Like a seed, your anxiety may contain designs for new life. Your dreams may be telling you about those designs.

A case in point is a woman in her 50s who entered therapy with intermittent, unexplainable anxiety that repeatedly gripped her in psychological paralysis and left her feeling incompetent about her own life. She had the following dream:

A large stag followed me when I was walking in the woods. The stag swaggered and seemed drunk. I felt threatened, and the stag continued to pursue me. I hid behind a tree. He stumbled to the other side of the tree and then collapsed from exhaustion and malnourishment. He pleaded for my help.
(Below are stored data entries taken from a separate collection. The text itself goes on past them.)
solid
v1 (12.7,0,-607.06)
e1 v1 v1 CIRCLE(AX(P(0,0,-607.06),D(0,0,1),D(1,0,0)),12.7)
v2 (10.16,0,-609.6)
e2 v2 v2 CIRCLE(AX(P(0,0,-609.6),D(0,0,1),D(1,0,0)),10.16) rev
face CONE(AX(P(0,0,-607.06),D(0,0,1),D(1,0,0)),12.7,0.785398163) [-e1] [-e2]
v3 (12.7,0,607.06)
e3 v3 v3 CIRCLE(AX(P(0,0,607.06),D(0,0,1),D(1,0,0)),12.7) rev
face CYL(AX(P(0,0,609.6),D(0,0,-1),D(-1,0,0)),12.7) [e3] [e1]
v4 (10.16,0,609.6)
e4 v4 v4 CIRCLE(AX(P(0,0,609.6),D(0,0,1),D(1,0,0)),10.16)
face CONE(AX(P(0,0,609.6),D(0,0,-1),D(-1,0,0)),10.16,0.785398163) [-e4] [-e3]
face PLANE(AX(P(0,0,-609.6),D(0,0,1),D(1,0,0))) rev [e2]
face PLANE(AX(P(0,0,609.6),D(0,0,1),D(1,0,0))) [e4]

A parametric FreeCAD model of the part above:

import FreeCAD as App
import Part
import Sketcher
Q = App.Units.Quantity


def edges_at(feature, points):
    """Names of the edges that pass closest to the given points."""
    edges = feature.Shape.Edges
    near = lambda p: min(range(len(edges)), key=lambda i: edges[i].distToShape(Part.Vertex(*p))[0])
    return sorted({f"Edge{near(p) + 1}" for p in points})

doc = App.newDocument("Part")
params = doc.addObject("Spreadsheet::Sheet", "Params")
for row, (alias, value) in enumerate([
    ("sketch1_diameter", "1 in"),
    ("pad1_length", "48 in"),
    ("chamfer_size", "0.1 in"),
], start=1):
    params.set(f"A{row}", alias)
    params.set(f"B{row}", "=" + value)
    params.setAlias(f"B{row}", alias)

body = doc.addObject("PartDesign::Body", "Body")

# Sketch on XY plane
sketch1 = doc.addObject("Sketcher::SketchObject", "Sketch")
body.addObject(sketch1)
sketch1.AttachmentSupport = (doc.XY_Plane, [""])
sketch1.MapMode = "FlatFace"
sketch1.addGeometry(Part.Circle(App.Vector(0, 0, 0), App.Vector(0, 0, 1), 12.7), False)
sketch1.addConstraint(Sketcher.Constraint("Coincident", 0, 3, -1, 1))
sketch1.addConstraint(Sketcher.Constraint("Diameter", 0, Q("1 in")))
sketch1.setExpression("Constraints[1]", "Params.sketch1_diameter")
pad1 = doc.addObject("PartDesign::Pad", "Pad")
body.addObject(pad1)
pad1.Profile = sketch1
pad1.setExpression("Length", "Params.pad1_length")
pad1.Midplane = True
doc.recompute()

chamfer = doc.addObject("PartDesign::Chamfer", "Chamfer")
body.addObject(chamfer)
chamfer.Base = (pad1, edges_at(pad1, [(-12.7, 0, -609.6), (-12.7, 0, 609.6)]))
chamfer.setExpression("Size", "Params.chamfer_size")

doc.recompute()
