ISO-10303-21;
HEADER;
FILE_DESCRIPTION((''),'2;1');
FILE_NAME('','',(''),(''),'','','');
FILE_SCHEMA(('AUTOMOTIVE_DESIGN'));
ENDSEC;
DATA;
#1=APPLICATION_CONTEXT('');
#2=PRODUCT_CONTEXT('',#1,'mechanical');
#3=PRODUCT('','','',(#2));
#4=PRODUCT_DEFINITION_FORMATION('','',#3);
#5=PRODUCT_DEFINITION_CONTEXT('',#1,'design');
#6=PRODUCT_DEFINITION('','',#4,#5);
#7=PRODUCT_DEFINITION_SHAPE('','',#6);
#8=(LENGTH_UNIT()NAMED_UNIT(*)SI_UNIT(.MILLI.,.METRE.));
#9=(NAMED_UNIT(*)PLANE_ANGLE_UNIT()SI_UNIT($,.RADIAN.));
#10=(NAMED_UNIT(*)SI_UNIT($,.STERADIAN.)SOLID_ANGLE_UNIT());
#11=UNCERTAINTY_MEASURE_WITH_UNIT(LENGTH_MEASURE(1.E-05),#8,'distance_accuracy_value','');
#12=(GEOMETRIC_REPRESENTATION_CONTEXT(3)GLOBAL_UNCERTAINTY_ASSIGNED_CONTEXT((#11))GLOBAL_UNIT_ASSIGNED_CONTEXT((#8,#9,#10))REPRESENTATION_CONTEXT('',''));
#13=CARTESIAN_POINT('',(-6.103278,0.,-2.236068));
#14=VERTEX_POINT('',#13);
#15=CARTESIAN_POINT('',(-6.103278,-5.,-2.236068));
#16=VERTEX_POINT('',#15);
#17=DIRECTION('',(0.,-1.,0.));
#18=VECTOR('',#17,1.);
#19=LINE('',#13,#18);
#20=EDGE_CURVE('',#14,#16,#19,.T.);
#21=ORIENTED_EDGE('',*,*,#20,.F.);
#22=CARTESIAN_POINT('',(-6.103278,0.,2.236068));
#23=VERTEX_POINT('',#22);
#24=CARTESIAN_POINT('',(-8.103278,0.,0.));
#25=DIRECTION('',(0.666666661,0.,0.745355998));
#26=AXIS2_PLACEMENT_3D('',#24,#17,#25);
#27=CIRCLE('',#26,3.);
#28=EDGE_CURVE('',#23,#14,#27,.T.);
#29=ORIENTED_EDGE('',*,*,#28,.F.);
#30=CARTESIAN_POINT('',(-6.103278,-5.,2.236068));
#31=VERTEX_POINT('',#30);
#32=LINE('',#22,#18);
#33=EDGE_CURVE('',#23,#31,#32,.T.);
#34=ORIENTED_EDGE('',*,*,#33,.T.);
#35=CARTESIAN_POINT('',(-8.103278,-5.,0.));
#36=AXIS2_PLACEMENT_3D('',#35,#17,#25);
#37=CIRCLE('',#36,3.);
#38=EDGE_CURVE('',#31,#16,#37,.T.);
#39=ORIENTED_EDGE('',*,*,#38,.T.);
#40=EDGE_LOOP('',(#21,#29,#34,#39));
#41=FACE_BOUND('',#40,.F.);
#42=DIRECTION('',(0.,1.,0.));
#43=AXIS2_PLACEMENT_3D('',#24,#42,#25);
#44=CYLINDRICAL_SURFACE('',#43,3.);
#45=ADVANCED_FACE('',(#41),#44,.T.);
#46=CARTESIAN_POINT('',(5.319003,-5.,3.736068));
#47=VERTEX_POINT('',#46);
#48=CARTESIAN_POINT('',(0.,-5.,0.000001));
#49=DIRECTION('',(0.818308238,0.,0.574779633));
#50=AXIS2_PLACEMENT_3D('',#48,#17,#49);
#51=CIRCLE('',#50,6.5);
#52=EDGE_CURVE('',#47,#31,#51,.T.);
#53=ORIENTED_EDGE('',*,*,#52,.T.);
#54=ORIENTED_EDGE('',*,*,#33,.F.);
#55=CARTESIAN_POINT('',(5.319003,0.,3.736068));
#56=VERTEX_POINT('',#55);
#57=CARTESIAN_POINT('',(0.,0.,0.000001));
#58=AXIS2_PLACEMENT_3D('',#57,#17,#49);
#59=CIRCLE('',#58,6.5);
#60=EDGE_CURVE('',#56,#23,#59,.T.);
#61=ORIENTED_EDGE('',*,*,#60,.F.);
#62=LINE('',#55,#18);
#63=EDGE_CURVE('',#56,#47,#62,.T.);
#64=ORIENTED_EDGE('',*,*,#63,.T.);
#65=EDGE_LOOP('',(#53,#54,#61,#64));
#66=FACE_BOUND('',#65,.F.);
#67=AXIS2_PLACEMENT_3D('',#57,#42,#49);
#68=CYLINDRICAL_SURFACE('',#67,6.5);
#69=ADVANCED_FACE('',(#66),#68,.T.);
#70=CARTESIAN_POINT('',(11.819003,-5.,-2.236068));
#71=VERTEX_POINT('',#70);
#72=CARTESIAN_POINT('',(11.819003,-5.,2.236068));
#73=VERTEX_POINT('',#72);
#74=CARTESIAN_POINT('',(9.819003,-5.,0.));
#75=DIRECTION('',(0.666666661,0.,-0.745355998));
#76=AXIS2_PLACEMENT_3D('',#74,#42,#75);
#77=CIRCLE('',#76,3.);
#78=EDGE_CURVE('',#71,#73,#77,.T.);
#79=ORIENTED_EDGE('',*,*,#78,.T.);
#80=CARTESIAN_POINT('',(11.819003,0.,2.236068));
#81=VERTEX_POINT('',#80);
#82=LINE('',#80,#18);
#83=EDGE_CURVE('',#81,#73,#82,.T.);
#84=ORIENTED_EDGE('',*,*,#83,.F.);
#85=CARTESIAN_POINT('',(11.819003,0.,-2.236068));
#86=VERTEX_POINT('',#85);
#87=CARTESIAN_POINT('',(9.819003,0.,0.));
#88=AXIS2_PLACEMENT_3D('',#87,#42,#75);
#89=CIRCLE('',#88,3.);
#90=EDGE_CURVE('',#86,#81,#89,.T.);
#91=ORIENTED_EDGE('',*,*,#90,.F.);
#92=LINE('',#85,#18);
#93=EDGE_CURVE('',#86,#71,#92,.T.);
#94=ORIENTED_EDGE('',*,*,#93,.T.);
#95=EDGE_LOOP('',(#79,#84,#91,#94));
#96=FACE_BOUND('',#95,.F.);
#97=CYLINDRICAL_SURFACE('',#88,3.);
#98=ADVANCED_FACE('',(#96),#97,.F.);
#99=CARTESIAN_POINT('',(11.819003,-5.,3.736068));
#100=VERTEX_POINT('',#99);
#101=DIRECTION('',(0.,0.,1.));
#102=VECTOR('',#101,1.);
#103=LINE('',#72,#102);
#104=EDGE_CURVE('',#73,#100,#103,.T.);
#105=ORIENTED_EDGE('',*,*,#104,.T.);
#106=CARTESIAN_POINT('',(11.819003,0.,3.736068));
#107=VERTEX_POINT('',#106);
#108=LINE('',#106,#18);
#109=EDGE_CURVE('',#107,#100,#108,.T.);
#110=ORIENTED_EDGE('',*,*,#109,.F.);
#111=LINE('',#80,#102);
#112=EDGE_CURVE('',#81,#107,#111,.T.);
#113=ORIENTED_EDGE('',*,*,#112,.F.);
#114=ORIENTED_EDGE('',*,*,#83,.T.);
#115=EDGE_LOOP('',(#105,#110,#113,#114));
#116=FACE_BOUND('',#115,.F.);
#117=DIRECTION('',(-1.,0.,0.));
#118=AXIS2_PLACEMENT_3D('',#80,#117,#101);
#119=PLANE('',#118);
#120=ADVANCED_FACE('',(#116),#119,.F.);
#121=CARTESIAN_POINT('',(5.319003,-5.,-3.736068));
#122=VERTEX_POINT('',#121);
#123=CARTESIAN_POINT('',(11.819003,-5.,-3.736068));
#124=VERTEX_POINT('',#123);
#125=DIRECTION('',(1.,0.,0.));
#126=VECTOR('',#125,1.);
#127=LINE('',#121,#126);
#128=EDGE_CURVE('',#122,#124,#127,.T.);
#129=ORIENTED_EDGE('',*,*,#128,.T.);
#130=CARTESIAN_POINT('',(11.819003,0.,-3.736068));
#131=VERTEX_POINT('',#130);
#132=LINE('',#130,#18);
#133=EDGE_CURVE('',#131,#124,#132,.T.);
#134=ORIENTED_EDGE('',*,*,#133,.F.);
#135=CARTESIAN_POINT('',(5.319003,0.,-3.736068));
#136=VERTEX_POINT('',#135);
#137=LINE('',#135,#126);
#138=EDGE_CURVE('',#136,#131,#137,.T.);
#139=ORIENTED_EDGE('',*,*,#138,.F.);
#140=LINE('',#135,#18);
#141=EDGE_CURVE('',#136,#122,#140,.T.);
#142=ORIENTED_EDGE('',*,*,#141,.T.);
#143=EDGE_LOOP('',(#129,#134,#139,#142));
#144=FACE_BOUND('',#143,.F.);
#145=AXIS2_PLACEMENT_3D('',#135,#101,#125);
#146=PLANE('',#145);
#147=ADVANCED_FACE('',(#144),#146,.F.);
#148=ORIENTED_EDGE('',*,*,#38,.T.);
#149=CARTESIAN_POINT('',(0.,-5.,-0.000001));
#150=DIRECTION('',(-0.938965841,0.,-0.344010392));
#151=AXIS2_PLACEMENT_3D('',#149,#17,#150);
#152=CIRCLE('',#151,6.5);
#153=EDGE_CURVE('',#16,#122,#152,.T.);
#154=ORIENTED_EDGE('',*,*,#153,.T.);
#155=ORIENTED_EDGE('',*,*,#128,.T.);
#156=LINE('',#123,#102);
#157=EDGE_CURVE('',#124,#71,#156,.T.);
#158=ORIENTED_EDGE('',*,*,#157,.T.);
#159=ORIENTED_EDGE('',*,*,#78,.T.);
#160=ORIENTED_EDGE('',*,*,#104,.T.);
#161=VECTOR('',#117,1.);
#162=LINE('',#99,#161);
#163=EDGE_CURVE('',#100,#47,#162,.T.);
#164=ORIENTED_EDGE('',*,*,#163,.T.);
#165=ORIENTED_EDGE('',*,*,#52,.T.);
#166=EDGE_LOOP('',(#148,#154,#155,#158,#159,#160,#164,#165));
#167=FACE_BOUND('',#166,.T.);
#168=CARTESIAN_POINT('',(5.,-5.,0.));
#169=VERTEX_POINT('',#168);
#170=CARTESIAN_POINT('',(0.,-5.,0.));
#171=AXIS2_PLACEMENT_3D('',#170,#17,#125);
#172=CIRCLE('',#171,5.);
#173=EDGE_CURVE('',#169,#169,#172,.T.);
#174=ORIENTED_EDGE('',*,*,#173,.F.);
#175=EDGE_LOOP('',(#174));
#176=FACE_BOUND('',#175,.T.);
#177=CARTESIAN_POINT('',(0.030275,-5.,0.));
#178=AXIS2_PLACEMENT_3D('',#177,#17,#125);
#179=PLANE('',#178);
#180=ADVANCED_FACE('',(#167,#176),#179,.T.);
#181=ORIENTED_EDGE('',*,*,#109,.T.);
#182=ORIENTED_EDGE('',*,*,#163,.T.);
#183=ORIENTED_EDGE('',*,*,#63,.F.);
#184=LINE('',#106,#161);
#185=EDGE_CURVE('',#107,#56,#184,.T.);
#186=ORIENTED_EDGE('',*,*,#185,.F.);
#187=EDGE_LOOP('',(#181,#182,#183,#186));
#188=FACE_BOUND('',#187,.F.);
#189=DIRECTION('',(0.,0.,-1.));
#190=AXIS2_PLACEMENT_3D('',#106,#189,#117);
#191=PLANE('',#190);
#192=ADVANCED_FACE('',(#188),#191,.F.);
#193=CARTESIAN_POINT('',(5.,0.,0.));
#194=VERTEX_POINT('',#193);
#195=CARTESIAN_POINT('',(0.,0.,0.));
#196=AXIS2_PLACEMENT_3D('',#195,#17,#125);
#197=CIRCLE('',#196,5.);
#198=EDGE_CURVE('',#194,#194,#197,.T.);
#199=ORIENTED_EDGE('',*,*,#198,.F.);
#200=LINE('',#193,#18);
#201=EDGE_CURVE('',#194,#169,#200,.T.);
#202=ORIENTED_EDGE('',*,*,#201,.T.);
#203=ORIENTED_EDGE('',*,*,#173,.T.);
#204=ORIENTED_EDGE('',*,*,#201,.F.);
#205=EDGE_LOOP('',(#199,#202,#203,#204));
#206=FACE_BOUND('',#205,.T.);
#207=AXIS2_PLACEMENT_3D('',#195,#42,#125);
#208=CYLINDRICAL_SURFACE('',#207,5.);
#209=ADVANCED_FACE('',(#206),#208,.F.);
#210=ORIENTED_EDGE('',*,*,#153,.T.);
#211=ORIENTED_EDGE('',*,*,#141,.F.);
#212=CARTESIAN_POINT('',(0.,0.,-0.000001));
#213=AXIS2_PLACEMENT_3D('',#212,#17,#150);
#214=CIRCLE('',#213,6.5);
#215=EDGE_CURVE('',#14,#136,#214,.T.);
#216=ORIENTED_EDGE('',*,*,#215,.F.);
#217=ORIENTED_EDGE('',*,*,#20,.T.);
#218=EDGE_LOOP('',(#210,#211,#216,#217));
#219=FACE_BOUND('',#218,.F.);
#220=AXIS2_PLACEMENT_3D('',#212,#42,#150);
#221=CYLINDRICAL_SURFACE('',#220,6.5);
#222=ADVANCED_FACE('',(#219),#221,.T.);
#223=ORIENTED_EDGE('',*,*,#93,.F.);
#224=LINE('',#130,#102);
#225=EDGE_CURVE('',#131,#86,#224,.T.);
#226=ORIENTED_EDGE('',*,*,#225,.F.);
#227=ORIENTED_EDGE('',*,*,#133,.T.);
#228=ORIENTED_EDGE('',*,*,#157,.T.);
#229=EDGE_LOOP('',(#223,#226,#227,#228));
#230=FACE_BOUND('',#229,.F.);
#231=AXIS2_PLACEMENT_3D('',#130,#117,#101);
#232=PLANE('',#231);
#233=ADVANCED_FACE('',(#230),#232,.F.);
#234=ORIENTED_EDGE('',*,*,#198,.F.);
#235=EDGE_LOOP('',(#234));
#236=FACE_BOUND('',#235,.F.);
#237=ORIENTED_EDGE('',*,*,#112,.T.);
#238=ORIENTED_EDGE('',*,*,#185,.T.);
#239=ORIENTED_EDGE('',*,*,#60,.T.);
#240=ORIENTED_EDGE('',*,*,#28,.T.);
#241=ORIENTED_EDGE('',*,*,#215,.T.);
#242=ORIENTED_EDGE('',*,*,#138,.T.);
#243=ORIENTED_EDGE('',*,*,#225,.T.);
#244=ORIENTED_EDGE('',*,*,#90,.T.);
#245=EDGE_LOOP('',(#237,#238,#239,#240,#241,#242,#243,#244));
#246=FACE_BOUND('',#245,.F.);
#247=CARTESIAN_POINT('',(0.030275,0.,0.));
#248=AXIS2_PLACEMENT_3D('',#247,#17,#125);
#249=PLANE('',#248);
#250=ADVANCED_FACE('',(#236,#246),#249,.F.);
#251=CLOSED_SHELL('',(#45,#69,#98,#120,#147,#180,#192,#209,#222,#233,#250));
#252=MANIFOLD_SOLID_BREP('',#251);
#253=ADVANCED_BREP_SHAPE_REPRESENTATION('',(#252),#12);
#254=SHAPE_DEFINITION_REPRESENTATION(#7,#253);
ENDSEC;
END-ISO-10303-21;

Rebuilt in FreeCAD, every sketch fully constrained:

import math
import FreeCAD as App
import Part
import Sketcher
from FreeCAD import Vector

doc = App.newDocument("Part")
body = doc.addObject("PartDesign::Body", "Body")

sketch1 = body.newObject("Sketcher::SketchObject", "Sketch")
sketch1.AttachmentSupport = (doc.getObject("XZ_Plane"), [""])
sketch1.MapMode = "FlatFace"
sketch1.addGeometry([
    Part.ArcOfCircle(Part.Circle(Vector(0, 0, 0), Vector(0, 0, 1), 6.5), math.radians(35), math.radians(160)),
    Part.ArcOfCircle(Part.Circle(Vector(-8.1, 0, 0), Vector(0, 0, 1), 3), math.radians(48), math.radians(312)),
    Part.ArcOfCircle(Part.Circle(Vector(0, 0, 0), Vector(0, 0, 1), 6.5), math.radians(-160), math.radians(-35)),
    Part.LineSegment(Vector(5.3, -3.7, 0), Vector(11.8, -3.7, 0)),
    Part.LineSegment(Vector(11.8, -3.7, 0), Vector(11.8, -2.2, 0)),
    Part.ArcOfCircle(Part.Circle(Vector(9.8, 0, 0), Vector(0, 0, 1), 3), math.radians(48), math.radians(312)),
    Part.LineSegment(Vector(11.8, 2.2, 0), Vector(11.8, 3.7, 0)),
    Part.LineSegment(Vector(11.8, 3.7, 0), Vector(5.3, 3.7, 0)),
    Part.Circle(Vector(0, 0, 0), Vector(0, 0, 1), 5),
], False)
sketch1.addConstraint([
    Sketcher.Constraint("Coincident", 0, 2, 1, 1),
    Sketcher.Constraint("Coincident", 1, 2, 2, 1),
    Sketcher.Constraint("Coincident", 2, 2, 3, 1),
    Sketcher.Constraint("Coincident", 3, 2, 4, 1),
    Sketcher.Constraint("Coincident", 4, 2, 5, 2),
    Sketcher.Constraint("Coincident", 5, 1, 6, 1),
    Sketcher.Constraint("Coincident", 6, 2, 7, 1),
    Sketcher.Constraint("Coincident", 7, 2, 0, 1),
The dream portrays the dreamer’s distrust of her own undeveloped masculine side (the stag). She grew up in the 1960s, and on the advice of her parents she didn’t pursue an education or career. In her marriage, her husband wanted her to be more of a feminine caretaker than she was. She ended up divorced, raising two children as a single parent, and working as an executive assistant at a publishing firm. Colleagues and supervisors focused more on her exceptional physical beauty than her skills. She believed she’d never have the opportunities her male counterparts enjoyed. Because of her childhood conditioning, she didn’t know she had a masculine side of her personality on which to rely.

In response to the end of her marriage and disappointments in her work life, she developed a bitter and jealous attitude toward masculinity. Her unused drive to achieve turned into aggression veiled in politeness. This aggression damaged her relationships. As a result, she sank farther into bitterness and jealousy. Then her abundant, frustrated energy began emerging as anxiety, containing a potential for new life.

Her anxiety propelled her to seek therapy with Carrie. Through working with the above dream she discovered a desire to develop self-discipline, take risks, struggle, and undertake adventurous projects. She began to explore and value her gifts for writing, art and leadership. A series of further dreams guided the healing of her bitterness. With a newfound balance of femininity and masculinity, she began to see men as colleagues, not as barriers to her success. Today, she is in the process of three experiments with entrepreneurship.